From the data below, repeat exactly the lines from the line with "Circle(SKETCH029_R)" to the line with "# Sketch2 → PreBroach (revolve, cut)", both included.

» **Collected data entries**:

****************************************

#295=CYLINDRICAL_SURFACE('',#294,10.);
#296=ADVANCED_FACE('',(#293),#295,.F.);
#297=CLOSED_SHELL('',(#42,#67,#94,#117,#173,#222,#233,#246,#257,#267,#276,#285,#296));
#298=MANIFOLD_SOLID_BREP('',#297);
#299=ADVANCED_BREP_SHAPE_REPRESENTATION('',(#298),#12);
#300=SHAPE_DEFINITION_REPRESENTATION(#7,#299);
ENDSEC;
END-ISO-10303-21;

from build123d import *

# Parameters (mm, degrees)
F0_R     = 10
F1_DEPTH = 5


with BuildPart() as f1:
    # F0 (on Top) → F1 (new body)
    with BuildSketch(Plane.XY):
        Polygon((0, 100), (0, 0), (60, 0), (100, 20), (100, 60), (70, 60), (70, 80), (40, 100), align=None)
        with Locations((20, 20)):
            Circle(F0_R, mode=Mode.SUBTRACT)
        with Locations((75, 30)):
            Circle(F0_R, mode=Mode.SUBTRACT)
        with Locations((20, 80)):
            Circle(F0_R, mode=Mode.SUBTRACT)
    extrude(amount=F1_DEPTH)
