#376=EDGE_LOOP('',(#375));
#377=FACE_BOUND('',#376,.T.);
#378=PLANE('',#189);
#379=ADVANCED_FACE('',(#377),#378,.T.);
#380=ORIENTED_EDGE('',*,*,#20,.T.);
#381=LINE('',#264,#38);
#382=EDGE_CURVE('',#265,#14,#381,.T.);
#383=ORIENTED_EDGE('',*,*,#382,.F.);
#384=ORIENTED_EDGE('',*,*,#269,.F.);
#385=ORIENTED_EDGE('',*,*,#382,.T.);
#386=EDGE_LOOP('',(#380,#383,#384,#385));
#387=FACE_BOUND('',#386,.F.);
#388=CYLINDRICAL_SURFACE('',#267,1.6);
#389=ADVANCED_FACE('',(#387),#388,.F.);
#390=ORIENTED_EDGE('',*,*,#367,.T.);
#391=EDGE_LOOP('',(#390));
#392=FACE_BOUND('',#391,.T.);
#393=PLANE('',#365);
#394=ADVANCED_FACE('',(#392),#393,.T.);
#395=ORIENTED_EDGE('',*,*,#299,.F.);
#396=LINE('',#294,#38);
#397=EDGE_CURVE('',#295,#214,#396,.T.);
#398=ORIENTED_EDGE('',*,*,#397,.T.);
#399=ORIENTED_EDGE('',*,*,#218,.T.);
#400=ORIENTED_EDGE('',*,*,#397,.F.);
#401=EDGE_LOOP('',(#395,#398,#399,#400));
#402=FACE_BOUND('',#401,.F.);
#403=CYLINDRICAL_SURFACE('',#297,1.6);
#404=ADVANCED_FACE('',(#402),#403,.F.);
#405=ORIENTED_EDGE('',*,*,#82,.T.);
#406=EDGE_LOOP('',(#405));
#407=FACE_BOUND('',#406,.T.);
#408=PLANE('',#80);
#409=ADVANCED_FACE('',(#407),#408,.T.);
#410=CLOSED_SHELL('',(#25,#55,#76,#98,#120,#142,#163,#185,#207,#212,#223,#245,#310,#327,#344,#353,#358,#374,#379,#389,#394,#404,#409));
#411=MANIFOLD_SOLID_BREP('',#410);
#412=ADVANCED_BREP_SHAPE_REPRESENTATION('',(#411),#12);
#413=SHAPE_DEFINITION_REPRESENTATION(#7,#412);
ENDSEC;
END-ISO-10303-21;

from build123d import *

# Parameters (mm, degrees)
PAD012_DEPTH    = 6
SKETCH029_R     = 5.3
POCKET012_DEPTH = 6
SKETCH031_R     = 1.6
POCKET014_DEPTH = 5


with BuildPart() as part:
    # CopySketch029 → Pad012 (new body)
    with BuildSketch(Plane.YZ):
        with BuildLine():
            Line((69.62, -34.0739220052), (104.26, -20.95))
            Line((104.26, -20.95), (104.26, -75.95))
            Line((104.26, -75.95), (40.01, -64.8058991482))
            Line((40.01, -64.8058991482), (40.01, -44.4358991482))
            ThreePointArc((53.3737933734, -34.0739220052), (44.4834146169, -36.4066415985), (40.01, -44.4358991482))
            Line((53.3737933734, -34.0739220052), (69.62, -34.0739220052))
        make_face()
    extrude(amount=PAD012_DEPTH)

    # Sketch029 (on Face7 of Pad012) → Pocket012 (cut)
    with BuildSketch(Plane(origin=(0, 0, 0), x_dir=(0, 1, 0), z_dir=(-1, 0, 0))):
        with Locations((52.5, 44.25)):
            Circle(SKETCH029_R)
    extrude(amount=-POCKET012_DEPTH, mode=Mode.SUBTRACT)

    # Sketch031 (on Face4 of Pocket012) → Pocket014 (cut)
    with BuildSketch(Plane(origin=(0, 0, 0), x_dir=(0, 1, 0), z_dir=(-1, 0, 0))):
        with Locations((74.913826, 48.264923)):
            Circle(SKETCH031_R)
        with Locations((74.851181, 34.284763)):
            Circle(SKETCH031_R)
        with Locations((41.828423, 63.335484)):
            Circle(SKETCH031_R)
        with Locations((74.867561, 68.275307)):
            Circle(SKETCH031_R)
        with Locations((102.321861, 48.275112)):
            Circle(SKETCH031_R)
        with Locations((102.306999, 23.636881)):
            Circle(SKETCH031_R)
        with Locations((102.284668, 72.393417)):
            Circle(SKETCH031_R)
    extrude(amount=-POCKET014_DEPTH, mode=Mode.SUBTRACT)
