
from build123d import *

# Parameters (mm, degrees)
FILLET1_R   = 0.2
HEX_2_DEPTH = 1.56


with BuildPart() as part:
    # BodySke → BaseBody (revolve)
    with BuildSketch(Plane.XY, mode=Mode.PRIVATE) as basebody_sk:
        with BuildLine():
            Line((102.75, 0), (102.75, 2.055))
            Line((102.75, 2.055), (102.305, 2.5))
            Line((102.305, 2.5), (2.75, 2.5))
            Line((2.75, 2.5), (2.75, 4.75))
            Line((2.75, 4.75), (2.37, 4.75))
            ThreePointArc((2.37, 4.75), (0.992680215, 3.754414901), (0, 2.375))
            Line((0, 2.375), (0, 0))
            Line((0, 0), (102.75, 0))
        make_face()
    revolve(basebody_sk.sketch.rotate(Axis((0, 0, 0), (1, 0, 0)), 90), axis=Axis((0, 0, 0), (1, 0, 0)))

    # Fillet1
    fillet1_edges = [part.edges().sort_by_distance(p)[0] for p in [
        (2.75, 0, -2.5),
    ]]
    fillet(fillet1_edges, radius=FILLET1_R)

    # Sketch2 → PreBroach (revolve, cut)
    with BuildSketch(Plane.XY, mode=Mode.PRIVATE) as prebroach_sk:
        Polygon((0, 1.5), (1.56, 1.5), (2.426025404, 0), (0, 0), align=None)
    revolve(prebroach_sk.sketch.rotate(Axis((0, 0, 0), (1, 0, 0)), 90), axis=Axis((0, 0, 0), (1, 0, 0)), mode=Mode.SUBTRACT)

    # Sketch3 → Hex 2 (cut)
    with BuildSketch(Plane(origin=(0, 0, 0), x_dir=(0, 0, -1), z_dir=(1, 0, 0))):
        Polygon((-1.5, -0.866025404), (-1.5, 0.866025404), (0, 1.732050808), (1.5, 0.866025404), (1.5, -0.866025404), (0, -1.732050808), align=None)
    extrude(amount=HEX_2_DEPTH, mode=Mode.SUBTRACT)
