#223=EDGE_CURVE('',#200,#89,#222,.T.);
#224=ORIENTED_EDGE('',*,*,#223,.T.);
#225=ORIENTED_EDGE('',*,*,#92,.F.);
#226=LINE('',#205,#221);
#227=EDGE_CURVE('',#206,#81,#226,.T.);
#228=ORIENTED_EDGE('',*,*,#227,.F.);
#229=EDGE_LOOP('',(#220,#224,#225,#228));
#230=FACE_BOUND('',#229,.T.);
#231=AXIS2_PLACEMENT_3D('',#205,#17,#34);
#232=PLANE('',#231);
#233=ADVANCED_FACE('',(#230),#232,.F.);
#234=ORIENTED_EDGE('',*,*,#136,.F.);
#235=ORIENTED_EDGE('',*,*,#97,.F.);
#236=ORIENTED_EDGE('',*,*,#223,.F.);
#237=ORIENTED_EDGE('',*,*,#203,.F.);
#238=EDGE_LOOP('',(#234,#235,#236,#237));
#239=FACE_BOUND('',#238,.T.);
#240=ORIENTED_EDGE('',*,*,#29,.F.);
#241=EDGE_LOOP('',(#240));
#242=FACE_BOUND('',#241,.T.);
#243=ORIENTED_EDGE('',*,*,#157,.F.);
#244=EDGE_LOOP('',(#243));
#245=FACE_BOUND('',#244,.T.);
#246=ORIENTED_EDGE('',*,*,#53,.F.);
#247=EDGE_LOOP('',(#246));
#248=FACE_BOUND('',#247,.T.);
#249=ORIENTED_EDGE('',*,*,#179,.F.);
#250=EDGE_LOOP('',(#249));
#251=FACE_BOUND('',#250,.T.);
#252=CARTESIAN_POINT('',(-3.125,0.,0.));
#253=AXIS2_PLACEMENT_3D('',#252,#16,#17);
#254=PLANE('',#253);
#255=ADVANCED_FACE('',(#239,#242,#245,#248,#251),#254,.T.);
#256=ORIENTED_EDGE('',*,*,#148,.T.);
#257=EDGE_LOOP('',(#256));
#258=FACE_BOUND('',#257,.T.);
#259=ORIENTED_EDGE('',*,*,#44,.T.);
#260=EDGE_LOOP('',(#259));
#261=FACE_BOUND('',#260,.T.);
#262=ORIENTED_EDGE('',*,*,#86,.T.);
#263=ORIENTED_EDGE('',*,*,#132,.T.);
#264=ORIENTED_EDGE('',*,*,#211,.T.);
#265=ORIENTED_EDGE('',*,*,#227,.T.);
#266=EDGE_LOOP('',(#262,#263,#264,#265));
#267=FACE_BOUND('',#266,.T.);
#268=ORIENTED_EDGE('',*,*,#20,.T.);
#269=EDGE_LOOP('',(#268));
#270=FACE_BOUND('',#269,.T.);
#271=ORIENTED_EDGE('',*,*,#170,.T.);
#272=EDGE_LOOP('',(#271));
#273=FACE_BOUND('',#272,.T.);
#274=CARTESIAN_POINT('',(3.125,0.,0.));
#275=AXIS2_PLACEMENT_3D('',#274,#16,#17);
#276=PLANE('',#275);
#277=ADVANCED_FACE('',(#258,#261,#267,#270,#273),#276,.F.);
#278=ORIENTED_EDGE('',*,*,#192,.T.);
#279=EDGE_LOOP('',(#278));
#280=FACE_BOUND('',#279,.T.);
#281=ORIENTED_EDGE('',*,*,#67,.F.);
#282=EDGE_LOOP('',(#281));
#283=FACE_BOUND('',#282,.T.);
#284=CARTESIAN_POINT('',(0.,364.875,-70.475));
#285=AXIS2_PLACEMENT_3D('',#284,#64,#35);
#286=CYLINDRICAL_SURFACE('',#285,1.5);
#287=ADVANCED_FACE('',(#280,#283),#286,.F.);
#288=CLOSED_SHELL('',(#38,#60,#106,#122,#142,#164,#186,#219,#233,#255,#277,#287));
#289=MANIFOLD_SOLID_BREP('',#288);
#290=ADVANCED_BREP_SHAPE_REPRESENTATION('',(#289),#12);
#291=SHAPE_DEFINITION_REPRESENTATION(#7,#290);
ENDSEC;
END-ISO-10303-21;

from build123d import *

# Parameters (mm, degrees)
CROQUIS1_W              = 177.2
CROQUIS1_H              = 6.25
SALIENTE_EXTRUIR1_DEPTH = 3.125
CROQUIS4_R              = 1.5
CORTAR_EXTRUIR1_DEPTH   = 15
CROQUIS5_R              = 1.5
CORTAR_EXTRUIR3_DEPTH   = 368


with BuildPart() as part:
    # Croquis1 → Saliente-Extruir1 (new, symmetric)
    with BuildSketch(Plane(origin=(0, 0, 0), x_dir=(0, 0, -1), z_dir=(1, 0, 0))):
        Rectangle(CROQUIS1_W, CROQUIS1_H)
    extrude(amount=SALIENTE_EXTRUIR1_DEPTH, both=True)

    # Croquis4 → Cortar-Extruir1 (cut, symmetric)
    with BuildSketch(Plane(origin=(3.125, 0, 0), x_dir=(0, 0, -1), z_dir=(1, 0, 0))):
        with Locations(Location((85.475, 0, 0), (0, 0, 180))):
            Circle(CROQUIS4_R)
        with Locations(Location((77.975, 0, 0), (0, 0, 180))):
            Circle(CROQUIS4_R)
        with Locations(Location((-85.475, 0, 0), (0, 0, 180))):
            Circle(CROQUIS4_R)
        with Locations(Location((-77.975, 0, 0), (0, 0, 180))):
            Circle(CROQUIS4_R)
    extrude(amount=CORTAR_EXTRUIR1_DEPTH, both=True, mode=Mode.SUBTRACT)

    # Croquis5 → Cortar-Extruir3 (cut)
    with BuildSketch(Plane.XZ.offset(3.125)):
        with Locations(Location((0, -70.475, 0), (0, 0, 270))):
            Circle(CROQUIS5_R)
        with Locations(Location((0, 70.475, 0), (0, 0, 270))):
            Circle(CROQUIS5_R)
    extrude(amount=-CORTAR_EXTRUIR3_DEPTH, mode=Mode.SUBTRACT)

****************************************

» **Solution**:
            Circle(SKETCH029_R)
    extrude(amount=-POCKET012_DEPTH, mode=Mode.SUBTRACT)

    # Sketch031 (on Face4 of Pocket012) → Pocket014 (cut)
    with BuildSketch(Plane(origin=(0, 0, 0), x_dir=(0, 1, 0), z_dir=(-1, 0, 0))):
        with Locations((74.913826, 48.264923)):
            Circle(SKETCH031_R)
        with Locations((74.851181, 34.284763)):
            Circle(SKETCH031_R)
        with Locations((41.828423, 63.335484)):
            Circle(SKETCH031_R)
        with Locations((74.867561, 68.275307)):
            Circle(SKETCH031_R)
        with Locations((102.321861, 48.275112)):
            Circle(SKETCH031_R)
        with Locations((102.306999, 23.636881)):
            Circle(SKETCH031_R)
        with Locations((102.284668, 72.393417)):
            Circle(SKETCH031_R)
    extrude(amount=-POCKET014_DEPTH, mode=Mode.SUBTRACT)

from build123d import *

# Parameters (mm, degrees)
FILLET1_R   = 0.2
HEX_2_DEPTH = 1.56


with BuildPart() as part:
    # BodySke → BaseBody (revolve)
    with BuildSketch(Plane.XY, mode=Mode.PRIVATE) as basebody_sk:
        with BuildLine():
            Line((102.75, 0), (102.75, 2.055))
            Line((102.75, 2.055), (102.305, 2.5))
            Line((102.305, 2.5), (2.75, 2.5))
            Line((2.75, 2.5), (2.75, 4.75))
            Line((2.75, 4.75), (2.37, 4.75))
            ThreePointArc((2.37, 4.75), (0.992680215, 3.754414901), (0, 2.375))
            Line((0, 2.375), (0, 0))
            Line((0, 0), (102.75, 0))
        make_face()
    revolve(basebody_sk.sketch.rotate(Axis((0, 0, 0), (1, 0, 0)), 90), axis=Axis((0, 0, 0), (1, 0, 0)))

    # Fillet1
    fillet1_edges = [part.edges().sort_by_distance(p)[0] for p in [
        (2.75, 0, -2.5),
    ]]
    fillet(fillet1_edges, radius=FILLET1_R)

    # Sketch2 → PreBroach (revolve, cut)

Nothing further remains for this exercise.